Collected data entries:
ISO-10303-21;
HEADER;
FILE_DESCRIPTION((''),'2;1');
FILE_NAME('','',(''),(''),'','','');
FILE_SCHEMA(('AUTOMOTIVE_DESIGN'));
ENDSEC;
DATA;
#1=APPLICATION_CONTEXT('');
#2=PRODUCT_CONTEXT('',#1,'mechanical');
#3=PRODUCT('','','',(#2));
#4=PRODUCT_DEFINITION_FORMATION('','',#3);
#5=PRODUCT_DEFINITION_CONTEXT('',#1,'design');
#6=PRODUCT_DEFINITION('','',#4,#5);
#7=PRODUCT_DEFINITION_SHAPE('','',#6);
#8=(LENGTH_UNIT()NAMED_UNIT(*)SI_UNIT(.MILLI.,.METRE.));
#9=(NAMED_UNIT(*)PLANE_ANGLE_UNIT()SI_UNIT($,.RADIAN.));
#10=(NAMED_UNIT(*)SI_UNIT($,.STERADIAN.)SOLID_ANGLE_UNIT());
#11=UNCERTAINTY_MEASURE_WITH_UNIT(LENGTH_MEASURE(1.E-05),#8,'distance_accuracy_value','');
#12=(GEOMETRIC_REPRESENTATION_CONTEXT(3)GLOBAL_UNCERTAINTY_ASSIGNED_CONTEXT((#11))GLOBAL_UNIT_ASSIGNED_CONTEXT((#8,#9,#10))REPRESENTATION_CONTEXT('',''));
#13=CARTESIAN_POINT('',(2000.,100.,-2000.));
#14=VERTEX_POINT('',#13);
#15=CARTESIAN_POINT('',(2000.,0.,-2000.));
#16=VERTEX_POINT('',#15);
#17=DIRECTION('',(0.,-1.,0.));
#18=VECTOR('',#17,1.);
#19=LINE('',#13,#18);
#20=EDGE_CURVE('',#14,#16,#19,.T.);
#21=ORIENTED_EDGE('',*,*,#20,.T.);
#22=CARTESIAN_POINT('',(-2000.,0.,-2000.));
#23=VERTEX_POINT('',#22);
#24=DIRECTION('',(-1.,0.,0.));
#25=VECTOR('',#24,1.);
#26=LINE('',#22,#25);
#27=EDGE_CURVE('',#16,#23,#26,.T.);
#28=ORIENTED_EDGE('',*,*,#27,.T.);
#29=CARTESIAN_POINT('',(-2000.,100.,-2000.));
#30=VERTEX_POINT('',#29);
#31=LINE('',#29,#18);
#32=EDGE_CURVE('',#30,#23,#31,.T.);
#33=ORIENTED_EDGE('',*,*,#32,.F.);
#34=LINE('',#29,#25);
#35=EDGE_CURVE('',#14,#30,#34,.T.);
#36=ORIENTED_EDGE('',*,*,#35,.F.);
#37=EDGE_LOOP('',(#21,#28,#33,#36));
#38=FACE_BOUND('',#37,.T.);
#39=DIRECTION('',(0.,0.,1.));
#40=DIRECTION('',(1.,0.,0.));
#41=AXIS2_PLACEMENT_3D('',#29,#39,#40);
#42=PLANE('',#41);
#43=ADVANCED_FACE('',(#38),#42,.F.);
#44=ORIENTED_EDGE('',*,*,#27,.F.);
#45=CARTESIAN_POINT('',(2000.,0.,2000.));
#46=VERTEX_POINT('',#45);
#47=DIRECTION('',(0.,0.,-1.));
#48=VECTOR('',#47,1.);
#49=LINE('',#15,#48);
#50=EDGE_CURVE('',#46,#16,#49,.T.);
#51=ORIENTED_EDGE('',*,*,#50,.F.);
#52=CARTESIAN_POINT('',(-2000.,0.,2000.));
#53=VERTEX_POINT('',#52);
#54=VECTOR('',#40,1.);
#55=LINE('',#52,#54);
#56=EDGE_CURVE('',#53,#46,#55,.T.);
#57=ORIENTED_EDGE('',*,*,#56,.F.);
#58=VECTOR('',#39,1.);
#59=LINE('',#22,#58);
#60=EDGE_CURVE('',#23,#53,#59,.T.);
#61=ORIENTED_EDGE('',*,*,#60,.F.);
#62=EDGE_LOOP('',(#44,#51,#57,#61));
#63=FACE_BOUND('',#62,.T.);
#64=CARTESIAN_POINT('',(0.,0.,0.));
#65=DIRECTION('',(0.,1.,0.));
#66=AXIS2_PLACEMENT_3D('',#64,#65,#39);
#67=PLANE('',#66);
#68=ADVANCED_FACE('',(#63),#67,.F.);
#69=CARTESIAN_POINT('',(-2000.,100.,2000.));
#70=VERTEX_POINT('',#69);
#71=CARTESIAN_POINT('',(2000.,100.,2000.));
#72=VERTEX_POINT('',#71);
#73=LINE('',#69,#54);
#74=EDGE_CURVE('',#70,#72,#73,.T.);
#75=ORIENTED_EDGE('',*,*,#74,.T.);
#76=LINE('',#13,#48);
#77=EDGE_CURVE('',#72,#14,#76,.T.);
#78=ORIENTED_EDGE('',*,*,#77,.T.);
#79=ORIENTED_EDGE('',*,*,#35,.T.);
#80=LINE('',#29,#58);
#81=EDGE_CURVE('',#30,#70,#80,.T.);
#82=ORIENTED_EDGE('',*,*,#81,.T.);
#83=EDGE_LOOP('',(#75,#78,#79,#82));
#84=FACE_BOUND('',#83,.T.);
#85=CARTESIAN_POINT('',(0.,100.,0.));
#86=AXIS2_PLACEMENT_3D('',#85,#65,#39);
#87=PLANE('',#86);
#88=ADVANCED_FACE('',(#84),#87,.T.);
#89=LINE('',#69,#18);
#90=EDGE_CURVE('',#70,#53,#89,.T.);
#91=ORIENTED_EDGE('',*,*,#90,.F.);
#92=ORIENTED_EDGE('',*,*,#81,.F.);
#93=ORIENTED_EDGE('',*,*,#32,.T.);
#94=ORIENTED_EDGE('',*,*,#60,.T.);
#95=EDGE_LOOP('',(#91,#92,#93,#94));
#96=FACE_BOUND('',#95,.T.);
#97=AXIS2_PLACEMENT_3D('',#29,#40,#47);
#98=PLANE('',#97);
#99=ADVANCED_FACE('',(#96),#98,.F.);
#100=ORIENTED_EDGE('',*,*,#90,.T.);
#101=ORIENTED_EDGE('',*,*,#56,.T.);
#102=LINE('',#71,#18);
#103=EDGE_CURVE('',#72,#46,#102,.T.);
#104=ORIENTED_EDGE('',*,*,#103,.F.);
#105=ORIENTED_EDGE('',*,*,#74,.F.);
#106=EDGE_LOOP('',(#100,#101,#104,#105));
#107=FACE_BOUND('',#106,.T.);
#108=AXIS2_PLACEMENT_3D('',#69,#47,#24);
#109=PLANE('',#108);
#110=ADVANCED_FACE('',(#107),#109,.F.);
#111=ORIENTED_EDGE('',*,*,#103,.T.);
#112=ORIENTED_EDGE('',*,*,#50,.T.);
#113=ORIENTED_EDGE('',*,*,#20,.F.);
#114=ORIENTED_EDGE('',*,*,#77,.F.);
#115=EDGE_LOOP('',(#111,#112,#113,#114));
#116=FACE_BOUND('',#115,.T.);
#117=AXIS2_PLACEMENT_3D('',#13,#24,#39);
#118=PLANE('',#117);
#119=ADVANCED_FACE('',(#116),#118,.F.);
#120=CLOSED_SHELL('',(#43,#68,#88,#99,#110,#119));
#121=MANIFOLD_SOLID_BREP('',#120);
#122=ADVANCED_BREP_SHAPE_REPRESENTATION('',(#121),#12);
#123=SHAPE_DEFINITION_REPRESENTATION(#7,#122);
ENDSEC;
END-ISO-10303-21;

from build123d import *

# Parameters (mm, degrees)
SKETCH_2_W      = 4000
SKETCH_2_H      = 4000
EXTRUDE_1_DEPTH = 100


with BuildPart() as part:
    # 草图2 → 凸台-拉伸1 (new body)
    with BuildSketch(Plane(origin=(0, 0, 0), x_dir=(1, 0, 0), z_dir=(0, 1, 0))):
        Rectangle(SKETCH_2_W, SKETCH_2_H)
    extrude(amount=EXTRUDE_1_DEPTH)


solid = part.part
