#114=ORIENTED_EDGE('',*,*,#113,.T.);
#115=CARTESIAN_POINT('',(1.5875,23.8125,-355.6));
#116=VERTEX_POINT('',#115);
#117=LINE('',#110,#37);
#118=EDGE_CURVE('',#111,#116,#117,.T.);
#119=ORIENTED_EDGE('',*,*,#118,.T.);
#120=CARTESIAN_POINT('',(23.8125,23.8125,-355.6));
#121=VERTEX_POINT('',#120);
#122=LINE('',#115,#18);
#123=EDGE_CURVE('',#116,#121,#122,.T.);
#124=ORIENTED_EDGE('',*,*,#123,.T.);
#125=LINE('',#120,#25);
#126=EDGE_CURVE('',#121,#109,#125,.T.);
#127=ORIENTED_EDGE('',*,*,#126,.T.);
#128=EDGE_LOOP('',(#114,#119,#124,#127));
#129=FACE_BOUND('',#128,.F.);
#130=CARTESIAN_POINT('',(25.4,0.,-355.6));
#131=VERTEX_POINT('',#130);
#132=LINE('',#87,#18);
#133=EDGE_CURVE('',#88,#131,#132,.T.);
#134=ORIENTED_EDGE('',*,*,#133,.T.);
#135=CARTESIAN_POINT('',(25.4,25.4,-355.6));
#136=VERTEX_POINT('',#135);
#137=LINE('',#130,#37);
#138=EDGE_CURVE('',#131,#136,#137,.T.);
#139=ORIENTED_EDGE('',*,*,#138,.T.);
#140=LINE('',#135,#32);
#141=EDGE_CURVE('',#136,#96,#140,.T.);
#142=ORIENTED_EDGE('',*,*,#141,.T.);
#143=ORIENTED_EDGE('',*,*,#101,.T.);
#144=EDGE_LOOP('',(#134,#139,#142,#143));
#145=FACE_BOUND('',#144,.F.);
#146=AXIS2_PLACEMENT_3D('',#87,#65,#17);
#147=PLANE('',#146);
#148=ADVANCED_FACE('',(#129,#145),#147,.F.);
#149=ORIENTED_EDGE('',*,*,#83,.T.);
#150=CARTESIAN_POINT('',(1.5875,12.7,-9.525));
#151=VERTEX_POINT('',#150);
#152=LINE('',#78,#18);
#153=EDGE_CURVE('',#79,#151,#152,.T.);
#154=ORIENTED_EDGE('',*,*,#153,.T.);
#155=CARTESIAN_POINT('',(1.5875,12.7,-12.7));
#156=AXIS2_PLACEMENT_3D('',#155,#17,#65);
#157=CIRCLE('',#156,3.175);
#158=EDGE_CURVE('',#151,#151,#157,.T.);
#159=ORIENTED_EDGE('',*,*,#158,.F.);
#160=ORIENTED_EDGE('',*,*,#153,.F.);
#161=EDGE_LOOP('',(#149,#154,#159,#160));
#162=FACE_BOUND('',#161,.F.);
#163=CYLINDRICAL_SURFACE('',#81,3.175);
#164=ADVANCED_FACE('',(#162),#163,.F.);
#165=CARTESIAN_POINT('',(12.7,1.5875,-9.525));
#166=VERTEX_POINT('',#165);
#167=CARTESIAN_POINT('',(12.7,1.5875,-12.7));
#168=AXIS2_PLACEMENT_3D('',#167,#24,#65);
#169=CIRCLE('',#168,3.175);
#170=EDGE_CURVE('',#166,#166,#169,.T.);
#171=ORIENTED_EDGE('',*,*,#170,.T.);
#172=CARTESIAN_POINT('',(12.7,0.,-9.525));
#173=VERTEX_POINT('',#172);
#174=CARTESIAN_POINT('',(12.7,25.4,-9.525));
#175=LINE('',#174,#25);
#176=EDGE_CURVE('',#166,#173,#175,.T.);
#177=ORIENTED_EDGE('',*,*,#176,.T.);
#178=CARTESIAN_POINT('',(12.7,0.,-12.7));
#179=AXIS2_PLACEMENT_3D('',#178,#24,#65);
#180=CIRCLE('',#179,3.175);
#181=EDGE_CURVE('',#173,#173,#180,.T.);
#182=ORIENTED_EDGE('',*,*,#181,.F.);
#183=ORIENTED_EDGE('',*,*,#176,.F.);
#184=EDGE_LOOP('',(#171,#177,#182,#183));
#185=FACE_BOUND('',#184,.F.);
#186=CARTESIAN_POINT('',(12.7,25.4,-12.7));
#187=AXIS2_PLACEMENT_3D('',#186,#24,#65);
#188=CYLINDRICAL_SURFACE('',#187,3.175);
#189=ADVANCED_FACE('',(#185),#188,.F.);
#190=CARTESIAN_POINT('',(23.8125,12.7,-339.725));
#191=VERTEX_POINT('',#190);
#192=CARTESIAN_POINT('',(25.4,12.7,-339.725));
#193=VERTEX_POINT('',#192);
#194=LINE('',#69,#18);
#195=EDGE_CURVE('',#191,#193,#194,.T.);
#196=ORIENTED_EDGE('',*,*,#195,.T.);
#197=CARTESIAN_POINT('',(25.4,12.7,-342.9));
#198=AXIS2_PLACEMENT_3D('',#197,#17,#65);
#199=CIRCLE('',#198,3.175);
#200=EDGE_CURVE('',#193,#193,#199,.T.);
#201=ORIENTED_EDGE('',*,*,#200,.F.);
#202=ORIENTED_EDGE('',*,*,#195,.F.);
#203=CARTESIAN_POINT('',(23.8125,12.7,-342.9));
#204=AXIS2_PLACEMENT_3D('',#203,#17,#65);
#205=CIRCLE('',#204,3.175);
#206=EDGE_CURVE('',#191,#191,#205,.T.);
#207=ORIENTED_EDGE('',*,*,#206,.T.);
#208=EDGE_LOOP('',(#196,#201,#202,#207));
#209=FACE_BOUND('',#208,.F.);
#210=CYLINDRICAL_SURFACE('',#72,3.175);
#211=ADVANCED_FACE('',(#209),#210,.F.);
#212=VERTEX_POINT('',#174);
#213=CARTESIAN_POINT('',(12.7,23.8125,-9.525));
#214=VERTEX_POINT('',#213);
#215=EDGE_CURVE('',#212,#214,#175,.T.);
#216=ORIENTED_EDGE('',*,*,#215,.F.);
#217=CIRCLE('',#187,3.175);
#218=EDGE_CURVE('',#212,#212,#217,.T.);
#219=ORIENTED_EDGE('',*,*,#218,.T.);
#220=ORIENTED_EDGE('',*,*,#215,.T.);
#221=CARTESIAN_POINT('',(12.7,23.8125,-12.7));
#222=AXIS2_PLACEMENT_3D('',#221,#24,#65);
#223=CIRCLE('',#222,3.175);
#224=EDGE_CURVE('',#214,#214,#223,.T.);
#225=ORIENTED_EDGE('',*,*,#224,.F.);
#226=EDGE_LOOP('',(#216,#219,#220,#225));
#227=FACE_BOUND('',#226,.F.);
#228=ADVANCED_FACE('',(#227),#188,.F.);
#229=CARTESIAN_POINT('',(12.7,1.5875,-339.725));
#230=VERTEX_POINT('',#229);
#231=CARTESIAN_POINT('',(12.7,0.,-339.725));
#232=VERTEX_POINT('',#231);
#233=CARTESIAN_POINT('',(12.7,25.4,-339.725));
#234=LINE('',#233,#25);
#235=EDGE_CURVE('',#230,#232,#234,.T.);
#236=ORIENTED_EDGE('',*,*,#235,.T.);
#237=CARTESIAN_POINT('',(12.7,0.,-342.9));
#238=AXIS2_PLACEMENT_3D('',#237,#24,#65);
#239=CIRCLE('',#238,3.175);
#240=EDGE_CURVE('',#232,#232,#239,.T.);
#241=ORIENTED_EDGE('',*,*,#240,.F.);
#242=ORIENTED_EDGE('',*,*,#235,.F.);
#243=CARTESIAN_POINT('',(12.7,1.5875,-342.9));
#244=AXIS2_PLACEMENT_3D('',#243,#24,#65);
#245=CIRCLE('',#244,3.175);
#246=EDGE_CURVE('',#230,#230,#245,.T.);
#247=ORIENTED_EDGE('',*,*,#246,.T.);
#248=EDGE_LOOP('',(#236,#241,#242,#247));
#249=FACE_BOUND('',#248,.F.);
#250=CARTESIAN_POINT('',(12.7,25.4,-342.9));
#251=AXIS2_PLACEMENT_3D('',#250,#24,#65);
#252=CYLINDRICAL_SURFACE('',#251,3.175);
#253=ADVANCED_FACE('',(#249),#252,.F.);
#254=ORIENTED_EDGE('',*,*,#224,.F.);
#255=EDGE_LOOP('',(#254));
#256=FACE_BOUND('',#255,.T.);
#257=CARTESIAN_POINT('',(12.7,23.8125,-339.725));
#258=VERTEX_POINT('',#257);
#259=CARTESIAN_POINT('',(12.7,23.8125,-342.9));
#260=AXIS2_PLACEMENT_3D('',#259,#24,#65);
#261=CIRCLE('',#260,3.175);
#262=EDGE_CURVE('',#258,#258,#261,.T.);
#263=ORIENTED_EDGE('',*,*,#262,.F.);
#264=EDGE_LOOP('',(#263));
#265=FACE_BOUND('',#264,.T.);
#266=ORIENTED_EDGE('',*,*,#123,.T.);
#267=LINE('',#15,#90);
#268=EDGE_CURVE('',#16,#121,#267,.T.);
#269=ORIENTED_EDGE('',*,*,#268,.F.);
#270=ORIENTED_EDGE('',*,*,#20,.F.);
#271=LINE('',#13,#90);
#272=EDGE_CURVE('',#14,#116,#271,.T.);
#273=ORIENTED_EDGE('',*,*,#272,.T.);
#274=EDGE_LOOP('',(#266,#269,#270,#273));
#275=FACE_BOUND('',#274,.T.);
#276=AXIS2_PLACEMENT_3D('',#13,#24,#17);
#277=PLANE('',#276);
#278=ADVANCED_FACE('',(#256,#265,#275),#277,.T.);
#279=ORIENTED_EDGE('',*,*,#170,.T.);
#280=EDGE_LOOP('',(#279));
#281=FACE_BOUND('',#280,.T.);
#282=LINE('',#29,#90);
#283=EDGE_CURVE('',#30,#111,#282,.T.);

EXERCISE: Within the data above, the span starting at the line containing "#218=EDGE_CURVE('',#212,#212,#217,.T.);" and ending at the line containing "#262=EDGE_CURVE('',#258,#258,#261,.T.);" is to be retyped exactly, with no other lines.

RESPONSE AREA:
#218=EDGE_CURVE('',#212,#212,#217,.T.);
#219=ORIENTED_EDGE('',*,*,#218,.T.);
#220=ORIENTED_EDGE('',*,*,#215,.T.);
#221=CARTESIAN_POINT('',(12.7,23.8125,-12.7));
#222=AXIS2_PLACEMENT_3D('',#221,#24,#65);
#223=CIRCLE('',#222,3.175);
#224=EDGE_CURVE('',#214,#214,#223,.T.);
#225=ORIENTED_EDGE('',*,*,#224,.F.);
#226=EDGE_LOOP('',(#216,#219,#220,#225));
#227=FACE_BOUND('',#226,.F.);
#228=ADVANCED_FACE('',(#227),#188,.F.);
#229=CARTESIAN_POINT('',(12.7,1.5875,-339.725));
#230=VERTEX_POINT('',#229);
#231=CARTESIAN_POINT('',(12.7,0.,-339.725));
#232=VERTEX_POINT('',#231);
#233=CARTESIAN_POINT('',(12.7,25.4,-339.725));
#234=LINE('',#233,#25);
#235=EDGE_CURVE('',#230,#232,#234,.T.);
#236=ORIENTED_EDGE('',*,*,#235,.T.);
#237=CARTESIAN_POINT('',(12.7,0.,-342.9));
#238=AXIS2_PLACEMENT_3D('',#237,#24,#65);
#239=CIRCLE('',#238,3.175);
#240=EDGE_CURVE('',#232,#232,#239,.T.);
#241=ORIENTED_EDGE('',*,*,#240,.F.);
#242=ORIENTED_EDGE('',*,*,#235,.F.);
#243=CARTESIAN_POINT('',(12.7,1.5875,-342.9));
#244=AXIS2_PLACEMENT_3D('',#243,#24,#65);
#245=CIRCLE('',#244,3.175);
#246=EDGE_CURVE('',#230,#230,#245,.T.);
#247=ORIENTED_EDGE('',*,*,#246,.T.);
#248=EDGE_LOOP('',(#236,#241,#242,#247));
#249=FACE_BOUND('',#248,.F.);
#250=CARTESIAN_POINT('',(12.7,25.4,-342.9));
#251=AXIS2_PLACEMENT_3D('',#250,#24,#65);
#252=CYLINDRICAL_SURFACE('',#251,3.175);
#253=ADVANCED_FACE('',(#249),#252,.F.);
#254=ORIENTED_EDGE('',*,*,#224,.F.);
#255=EDGE_LOOP('',(#254));
#256=FACE_BOUND('',#255,.T.);
#257=CARTESIAN_POINT('',(12.7,23.8125,-339.725));
#258=VERTEX_POINT('',#257);
#259=CARTESIAN_POINT('',(12.7,23.8125,-342.9));
#260=AXIS2_PLACEMENT_3D('',#259,#24,#65);
#261=CIRCLE('',#260,3.175);
#262=EDGE_CURVE('',#258,#258,#261,.T.);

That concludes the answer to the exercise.